Mathew 6: 9-13
Last week we considered Give us this day our daily bread. This week, I would like to share some thoughts from this excerpt from the Lord’s Prayer; forgive us our trespasses, as we forgive those who trespass against us, and lead us not into temptation, but deliver us from evil.
There are few things in life as important as forgiveness. We need to be forgiven and we need to forgive. This passage in the Lord’s Prayer is very clear: if we expect God to forgive us we must do everything in our power to forgive others. It is obvious that this is very important to God. If we take this verse on its face our good standing with God depends on it.
The potential to be offended, intentionally or unintentionally, is always with us. Most of the time when we are offended it’s small and fairly easy to overlook and brush to the side. It is a healthy thing to be sensitive enough to be slightly hurt by what someone says or does; kind of normal, no forgiveness needed – just a little tolerance and generosity. Yet, there are times in life when we are deeply wounded by someone: we have been wronged in a big way. Mostly these offenses are in the past. But sometimes the person is still in our lives in some way, continuing their insensitive and selfish behavior toward us or the people we care about. This makes it even worse.
There is no justification clause in the Lord’s Prayer. As hard as it is we just cannot justify anger or even hatred, nor should we retaliate because we have been hurt. We must ask God to help us hurdle these feelings toward people who have and who continue to trespass against us. In addition, there is no clause in the Lord’s Prayer that someone must say I’m sorry as as condition for our forgiveness.
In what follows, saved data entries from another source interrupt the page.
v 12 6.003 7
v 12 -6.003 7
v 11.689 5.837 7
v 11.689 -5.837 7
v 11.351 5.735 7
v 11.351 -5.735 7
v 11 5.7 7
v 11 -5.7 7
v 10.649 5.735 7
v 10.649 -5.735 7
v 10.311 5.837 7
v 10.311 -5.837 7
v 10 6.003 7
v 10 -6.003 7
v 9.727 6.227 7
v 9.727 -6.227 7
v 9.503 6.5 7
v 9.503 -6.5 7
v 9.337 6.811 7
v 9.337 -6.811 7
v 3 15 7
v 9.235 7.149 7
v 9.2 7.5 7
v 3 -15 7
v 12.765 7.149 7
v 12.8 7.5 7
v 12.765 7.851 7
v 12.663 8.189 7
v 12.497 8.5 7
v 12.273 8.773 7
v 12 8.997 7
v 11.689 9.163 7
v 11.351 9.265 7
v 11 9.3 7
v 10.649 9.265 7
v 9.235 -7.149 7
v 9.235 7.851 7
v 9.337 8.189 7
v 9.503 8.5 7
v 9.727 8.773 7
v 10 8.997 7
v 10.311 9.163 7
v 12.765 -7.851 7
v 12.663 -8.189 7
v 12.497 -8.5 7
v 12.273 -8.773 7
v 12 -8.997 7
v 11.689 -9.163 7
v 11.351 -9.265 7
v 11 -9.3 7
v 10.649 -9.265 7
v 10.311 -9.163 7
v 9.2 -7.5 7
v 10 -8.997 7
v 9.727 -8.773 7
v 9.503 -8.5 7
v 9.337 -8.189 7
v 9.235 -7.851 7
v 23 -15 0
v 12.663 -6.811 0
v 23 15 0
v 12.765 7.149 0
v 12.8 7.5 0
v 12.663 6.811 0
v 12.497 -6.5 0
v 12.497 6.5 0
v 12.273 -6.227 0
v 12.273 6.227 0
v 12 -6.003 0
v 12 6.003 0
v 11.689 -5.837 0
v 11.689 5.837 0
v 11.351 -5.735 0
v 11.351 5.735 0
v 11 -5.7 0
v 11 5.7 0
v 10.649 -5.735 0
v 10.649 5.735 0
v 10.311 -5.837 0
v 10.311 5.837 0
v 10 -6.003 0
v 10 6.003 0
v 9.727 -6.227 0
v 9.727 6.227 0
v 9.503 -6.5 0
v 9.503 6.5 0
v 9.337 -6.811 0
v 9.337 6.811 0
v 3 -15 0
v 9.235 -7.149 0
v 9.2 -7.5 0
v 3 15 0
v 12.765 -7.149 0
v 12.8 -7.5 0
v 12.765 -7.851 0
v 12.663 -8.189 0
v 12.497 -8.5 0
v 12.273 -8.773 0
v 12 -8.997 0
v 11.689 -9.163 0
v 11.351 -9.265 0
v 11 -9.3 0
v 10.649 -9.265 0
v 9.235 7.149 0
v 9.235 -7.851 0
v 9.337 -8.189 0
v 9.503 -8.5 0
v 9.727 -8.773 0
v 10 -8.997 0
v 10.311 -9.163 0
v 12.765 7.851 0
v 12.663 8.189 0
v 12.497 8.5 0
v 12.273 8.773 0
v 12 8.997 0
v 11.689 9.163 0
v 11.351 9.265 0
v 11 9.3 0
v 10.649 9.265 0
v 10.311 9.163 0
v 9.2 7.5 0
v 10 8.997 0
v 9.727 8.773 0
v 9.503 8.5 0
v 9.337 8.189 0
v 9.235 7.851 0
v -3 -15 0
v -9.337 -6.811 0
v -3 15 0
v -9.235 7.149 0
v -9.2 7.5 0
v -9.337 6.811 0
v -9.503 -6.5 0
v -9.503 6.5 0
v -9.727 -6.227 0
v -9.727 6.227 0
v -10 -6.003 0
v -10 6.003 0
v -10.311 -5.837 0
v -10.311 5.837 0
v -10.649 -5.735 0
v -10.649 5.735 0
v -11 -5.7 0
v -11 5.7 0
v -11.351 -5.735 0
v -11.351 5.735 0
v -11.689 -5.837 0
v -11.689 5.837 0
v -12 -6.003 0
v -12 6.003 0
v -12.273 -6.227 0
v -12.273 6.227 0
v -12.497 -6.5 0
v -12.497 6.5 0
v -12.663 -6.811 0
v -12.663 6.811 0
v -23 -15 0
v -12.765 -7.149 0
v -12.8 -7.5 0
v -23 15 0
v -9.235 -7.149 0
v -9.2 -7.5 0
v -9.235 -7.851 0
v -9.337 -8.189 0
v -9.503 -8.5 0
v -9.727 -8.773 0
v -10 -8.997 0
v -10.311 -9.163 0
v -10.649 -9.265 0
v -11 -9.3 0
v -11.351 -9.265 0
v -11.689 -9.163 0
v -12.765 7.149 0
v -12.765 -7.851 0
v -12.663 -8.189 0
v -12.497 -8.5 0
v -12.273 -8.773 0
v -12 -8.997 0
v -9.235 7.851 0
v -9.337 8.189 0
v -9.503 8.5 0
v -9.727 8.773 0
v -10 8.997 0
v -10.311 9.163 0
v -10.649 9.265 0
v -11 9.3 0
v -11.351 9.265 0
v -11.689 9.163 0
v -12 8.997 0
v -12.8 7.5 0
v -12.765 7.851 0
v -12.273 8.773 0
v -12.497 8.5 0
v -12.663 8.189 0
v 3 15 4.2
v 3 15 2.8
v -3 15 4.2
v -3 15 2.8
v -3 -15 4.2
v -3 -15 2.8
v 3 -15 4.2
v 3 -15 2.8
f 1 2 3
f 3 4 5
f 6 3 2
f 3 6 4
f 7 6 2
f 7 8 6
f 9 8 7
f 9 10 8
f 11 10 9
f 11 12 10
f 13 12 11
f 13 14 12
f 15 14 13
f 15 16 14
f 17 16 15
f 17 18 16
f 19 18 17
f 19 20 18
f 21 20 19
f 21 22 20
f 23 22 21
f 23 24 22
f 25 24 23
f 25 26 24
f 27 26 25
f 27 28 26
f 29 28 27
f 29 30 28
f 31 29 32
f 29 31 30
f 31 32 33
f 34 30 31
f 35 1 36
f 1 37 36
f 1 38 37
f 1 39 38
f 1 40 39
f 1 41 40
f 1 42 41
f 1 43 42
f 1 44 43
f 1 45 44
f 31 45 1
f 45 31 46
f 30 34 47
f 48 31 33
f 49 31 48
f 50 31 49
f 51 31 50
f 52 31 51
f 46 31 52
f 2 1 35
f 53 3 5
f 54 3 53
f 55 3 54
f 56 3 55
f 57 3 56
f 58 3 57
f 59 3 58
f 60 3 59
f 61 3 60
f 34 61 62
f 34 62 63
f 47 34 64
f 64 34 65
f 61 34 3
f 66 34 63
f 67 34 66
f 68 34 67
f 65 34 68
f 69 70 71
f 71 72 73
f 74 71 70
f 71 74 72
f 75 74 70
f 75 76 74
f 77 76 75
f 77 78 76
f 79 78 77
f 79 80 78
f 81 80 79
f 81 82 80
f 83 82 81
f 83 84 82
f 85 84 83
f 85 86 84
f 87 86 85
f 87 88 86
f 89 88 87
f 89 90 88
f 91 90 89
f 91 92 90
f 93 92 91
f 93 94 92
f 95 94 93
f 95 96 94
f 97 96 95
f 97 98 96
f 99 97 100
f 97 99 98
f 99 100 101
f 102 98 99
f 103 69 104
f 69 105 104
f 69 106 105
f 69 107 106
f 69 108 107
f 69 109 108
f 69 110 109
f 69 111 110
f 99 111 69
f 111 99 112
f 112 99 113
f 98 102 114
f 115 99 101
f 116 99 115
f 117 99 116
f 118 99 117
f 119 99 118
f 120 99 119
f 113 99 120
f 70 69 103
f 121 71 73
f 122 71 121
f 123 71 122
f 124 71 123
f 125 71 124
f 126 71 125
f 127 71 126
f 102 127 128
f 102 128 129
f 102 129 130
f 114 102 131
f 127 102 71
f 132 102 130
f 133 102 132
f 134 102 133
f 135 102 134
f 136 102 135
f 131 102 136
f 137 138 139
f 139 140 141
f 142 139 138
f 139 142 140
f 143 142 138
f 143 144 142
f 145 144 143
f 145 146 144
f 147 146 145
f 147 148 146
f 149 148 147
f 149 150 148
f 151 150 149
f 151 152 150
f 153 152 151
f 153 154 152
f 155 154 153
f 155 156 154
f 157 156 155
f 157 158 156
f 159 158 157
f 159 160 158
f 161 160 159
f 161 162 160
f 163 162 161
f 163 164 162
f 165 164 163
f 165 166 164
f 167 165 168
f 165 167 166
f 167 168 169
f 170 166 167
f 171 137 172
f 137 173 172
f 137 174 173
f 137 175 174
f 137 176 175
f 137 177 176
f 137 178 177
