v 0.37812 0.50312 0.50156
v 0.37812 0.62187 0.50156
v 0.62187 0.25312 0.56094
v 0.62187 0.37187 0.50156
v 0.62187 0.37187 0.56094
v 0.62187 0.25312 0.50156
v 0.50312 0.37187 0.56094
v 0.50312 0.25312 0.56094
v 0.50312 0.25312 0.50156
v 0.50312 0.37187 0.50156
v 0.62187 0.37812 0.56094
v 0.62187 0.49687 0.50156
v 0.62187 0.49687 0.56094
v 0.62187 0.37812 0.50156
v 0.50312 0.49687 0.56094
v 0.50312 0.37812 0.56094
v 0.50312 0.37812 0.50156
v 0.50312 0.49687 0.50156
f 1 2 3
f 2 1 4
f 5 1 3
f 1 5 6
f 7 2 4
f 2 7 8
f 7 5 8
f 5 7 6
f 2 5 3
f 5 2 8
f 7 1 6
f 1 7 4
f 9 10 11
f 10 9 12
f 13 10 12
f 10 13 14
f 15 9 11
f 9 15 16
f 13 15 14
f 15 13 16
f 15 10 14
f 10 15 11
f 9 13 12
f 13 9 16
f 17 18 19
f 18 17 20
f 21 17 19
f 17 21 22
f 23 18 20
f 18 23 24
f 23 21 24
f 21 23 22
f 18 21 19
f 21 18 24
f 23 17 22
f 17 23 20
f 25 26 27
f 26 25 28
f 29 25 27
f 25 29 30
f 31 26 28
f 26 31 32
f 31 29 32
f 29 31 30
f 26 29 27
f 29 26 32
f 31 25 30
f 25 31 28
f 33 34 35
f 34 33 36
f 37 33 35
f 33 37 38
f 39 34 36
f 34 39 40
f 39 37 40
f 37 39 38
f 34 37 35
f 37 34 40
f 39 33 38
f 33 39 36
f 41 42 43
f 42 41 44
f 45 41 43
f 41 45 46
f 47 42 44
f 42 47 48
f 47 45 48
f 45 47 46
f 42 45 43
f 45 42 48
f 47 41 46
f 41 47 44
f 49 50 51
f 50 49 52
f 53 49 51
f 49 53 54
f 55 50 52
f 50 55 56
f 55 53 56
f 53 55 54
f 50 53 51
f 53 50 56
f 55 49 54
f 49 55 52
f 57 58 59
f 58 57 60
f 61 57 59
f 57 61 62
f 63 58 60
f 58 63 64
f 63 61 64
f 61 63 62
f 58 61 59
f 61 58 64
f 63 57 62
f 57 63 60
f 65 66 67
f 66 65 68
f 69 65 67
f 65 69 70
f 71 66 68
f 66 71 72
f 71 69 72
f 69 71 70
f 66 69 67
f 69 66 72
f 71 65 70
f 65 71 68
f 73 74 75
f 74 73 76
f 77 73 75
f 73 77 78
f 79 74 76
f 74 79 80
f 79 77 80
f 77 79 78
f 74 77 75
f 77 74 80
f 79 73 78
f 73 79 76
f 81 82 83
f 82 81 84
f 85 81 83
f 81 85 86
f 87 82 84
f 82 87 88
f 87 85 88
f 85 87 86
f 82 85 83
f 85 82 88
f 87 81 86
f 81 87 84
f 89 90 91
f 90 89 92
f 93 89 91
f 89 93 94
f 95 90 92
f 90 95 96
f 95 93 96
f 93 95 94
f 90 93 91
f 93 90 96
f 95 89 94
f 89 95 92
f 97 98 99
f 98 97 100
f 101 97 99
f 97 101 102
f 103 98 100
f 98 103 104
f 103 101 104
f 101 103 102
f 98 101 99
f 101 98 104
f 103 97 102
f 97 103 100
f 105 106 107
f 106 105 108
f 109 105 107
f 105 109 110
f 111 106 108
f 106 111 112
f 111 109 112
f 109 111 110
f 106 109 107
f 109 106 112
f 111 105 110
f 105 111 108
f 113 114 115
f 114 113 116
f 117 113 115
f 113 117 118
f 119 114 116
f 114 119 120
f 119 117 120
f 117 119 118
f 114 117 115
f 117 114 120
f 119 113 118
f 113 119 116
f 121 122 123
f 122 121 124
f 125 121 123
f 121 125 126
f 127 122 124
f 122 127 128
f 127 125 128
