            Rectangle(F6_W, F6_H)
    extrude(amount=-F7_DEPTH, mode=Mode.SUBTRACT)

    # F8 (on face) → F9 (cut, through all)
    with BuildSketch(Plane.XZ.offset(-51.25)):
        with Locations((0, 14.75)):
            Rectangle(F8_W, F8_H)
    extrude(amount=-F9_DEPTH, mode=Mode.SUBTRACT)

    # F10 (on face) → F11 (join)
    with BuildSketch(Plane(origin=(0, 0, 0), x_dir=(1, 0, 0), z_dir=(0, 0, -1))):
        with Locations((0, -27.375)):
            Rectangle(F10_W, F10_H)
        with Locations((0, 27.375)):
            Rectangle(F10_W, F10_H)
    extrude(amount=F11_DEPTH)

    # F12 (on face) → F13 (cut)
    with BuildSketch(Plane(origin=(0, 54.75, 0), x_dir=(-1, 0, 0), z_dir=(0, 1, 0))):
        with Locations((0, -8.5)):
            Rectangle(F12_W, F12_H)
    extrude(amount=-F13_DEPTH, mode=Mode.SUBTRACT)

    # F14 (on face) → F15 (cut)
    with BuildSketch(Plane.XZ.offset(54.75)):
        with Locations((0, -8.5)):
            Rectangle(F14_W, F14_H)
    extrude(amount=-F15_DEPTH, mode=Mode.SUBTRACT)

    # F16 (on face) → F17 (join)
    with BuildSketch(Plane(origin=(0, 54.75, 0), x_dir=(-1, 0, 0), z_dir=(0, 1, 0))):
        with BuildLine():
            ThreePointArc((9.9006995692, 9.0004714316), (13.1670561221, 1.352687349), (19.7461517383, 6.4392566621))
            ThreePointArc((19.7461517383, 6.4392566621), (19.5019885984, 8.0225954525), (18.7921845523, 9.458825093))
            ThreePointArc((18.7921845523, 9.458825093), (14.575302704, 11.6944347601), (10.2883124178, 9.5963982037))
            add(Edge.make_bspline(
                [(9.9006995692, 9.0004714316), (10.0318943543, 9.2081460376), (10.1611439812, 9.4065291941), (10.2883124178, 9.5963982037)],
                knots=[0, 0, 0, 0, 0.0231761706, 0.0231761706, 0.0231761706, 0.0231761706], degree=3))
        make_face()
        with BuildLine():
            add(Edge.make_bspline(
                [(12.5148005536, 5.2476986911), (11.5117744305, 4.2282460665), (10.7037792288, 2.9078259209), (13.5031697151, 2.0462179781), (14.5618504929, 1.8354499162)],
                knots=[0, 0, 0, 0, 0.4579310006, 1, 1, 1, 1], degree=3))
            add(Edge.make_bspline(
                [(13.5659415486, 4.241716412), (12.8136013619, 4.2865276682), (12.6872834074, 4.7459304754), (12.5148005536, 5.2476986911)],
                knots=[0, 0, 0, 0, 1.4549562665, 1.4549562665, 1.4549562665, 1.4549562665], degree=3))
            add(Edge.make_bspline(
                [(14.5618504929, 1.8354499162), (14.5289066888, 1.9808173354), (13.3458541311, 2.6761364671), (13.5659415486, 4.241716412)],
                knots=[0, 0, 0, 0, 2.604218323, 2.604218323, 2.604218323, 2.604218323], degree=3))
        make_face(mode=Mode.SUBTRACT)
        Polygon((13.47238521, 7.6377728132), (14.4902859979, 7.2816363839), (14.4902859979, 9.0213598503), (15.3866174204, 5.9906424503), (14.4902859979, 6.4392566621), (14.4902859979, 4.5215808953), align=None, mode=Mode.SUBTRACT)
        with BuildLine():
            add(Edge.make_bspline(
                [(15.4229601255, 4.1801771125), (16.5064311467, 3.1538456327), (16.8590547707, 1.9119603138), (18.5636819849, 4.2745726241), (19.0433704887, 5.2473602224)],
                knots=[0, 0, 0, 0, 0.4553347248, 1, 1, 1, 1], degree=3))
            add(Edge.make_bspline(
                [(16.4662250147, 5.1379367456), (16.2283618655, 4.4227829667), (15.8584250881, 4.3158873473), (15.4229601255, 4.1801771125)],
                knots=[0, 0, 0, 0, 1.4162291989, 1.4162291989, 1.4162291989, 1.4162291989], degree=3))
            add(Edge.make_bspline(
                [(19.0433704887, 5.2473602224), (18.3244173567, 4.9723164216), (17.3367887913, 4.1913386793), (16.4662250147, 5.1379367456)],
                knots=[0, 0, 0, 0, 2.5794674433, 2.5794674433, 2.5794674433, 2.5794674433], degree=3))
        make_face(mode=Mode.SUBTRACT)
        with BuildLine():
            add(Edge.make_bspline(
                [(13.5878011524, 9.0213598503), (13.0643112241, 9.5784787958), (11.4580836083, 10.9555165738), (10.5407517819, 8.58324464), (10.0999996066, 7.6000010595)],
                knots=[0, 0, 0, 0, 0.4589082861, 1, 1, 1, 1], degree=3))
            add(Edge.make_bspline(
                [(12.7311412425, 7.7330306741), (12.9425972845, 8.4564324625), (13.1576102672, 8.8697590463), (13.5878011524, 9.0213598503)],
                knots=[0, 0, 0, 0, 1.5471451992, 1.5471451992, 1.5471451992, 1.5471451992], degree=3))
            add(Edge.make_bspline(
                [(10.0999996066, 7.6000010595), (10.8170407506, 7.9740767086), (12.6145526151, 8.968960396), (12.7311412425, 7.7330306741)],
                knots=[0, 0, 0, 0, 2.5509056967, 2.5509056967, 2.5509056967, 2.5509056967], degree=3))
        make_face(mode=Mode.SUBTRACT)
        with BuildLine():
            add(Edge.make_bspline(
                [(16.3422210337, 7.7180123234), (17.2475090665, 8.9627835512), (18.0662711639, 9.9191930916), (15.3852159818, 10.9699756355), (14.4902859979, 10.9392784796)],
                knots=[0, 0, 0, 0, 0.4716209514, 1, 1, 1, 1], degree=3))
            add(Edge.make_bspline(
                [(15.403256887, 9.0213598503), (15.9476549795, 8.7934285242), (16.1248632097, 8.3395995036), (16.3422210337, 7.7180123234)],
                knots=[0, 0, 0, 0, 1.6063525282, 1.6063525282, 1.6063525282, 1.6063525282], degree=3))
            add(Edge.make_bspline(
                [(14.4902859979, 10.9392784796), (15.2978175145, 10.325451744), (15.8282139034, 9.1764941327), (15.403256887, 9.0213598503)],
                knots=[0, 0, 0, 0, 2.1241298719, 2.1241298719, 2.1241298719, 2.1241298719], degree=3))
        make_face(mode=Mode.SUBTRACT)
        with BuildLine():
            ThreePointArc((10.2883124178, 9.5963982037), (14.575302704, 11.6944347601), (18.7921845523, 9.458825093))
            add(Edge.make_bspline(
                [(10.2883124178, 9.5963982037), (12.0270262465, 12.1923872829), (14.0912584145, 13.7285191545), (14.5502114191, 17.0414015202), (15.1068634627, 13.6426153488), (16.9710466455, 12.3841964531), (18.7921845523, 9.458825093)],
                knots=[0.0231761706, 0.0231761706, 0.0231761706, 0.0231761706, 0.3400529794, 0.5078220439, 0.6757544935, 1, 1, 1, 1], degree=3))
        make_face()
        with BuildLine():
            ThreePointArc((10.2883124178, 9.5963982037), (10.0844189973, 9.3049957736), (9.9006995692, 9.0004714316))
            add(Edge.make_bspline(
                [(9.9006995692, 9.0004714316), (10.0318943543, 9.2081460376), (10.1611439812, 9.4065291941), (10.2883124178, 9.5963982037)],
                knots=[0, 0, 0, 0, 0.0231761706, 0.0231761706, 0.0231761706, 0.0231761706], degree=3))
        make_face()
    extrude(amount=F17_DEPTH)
If we need an apology to forgive people we would not forgive many people in our lives. It’s nice when we get an apology, it makes it easier but we should not need it to forgive. We forgive because it is the right thing to do. We forgive because God asked us to do it. And we forgive because it heals our soul and places us in right standing with God.
When we pray lead us not into temptation but deliver us from evil we are really praying for daily protection. We are praying for God to watch over us and the people we care about. To be tempted in the Lord’s Prayer means to be tested. It is mostly understood that we must experience some hardships if we are going to grow in life. Physical exercise requires resistance to tone and grow our muscles, so resistance and pressure promotes character and spiritual growth. We are not asking God to keep us from every test or trial in life. That’s not what this part of the Lord’s Prayer is about. It is about keeping us from some of the horrific evils that are part of our fallen world; wickedness in any form that would seek to damage our faith and well-being.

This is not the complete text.